> _Assignment_: The records that follow need to be output exactly as they are.

> _Entries provided_:
■ ■ ■ ■ ■ ■ ■

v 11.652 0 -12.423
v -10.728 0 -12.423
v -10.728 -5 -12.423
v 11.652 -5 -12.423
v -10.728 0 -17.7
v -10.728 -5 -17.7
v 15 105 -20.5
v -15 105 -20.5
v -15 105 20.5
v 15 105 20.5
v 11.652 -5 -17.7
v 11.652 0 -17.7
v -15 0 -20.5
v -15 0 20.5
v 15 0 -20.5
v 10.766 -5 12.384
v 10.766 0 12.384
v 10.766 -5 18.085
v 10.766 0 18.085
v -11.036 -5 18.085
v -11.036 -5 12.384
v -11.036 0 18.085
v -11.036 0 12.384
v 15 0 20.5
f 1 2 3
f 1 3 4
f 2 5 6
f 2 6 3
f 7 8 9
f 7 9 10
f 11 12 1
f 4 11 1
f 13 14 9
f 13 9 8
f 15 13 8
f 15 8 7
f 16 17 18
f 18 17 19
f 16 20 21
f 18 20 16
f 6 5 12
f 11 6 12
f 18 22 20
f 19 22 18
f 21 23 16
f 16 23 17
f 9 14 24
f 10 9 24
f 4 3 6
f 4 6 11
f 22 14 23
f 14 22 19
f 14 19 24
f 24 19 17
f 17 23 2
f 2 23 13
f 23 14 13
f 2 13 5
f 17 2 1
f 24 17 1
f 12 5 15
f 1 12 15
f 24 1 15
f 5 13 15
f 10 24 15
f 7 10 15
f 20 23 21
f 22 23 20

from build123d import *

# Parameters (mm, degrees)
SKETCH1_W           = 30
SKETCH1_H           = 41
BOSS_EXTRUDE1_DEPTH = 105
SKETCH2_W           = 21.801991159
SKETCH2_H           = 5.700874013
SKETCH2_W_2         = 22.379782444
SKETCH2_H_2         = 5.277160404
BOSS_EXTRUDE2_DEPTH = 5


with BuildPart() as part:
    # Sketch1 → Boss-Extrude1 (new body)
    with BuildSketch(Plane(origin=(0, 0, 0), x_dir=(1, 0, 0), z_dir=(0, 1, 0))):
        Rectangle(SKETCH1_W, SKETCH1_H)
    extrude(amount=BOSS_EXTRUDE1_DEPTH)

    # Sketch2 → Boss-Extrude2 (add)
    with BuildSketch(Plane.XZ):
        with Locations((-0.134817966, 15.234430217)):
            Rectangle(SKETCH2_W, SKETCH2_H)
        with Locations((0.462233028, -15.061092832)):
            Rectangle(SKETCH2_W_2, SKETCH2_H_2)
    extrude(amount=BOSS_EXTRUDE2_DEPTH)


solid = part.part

■ ■ ■ ■ ■ ■ ■

> _Answer below_:
v 11.652 0 -12.423
v -10.728 0 -12.423
v -10.728 -5 -12.423
v 11.652 -5 -12.423
v -10.728 0 -17.7
v -10.728 -5 -17.7
v 15 105 -20.5
v -15 105 -20.5
v -15 105 20.5
v 15 105 20.5
v 11.652 -5 -17.7
v 11.652 0 -17.7
v -15 0 -20.5
v -15 0 20.5
v 15 0 -20.5
v 10.766 -5 12.384
v 10.766 0 12.384
v 10.766 -5 18.085
v 10.766 0 18.085
v -11.036 -5 18.085
v -11.036 -5 12.384
v -11.036 0 18.085
v -11.036 0 12.384
v 15 0 20.5
f 1 2 3
f 1 3 4
f 2 5 6
f 2 6 3
f 7 8 9
f 7 9 10
f 11 12 1
f 4 11 1
f 13 14 9
f 13 9 8
f 15 13 8
f 15 8 7
f 16 17 18
f 18 17 19
f 16 20 21
f 18 20 16
f 6 5 12
f 11 6 12
f 18 22 20
f 19 22 18
f 21 23 16
f 16 23 17
f 9 14 24
f 10 9 24
f 4 3 6
f 4 6 11
f 22 14 23
f 14 22 19
f 14 19 24
f 24 19 17
f 17 23 2
f 2 23 13
f 23 14 13
f 2 13 5
f 17 2 1
f 24 17 1
f 12 5 15
f 1 12 15
f 24 1 15
f 5 13 15
f 10 24 15
f 7 10 15
f 20 23 21
f 22 23 20

from build123d import *

# Parameters (mm, degrees)
SKETCH1_W           = 30
SKETCH1_H           = 41
BOSS_EXTRUDE1_DEPTH = 105
SKETCH2_W           = 21.801991159
SKETCH2_H           = 5.700874013
SKETCH2_W_2         = 22.379782444
SKETCH2_H_2         = 5.277160404
BOSS_EXTRUDE2_DEPTH = 5


with BuildPart() as part:
    # Sketch1 → Boss-Extrude1 (new body)
    with BuildSketch(Plane(origin=(0, 0, 0), x_dir=(1, 0, 0), z_dir=(0, 1, 0))):
        Rectangle(SKETCH1_W, SKETCH1_H)
    extrude(amount=BOSS_EXTRUDE1_DEPTH)

    # Sketch2 → Boss-Extrude2 (add)
    with BuildSketch(Plane.XZ):
        with Locations((-0.134817966, 15.234430217)):
            Rectangle(SKETCH2_W, SKETCH2_H)
        with Locations((0.462233028, -15.061092832)):
            Rectangle(SKETCH2_W_2, SKETCH2_H_2)
    extrude(amount=BOSS_EXTRUDE2_DEPTH)


solid = part.part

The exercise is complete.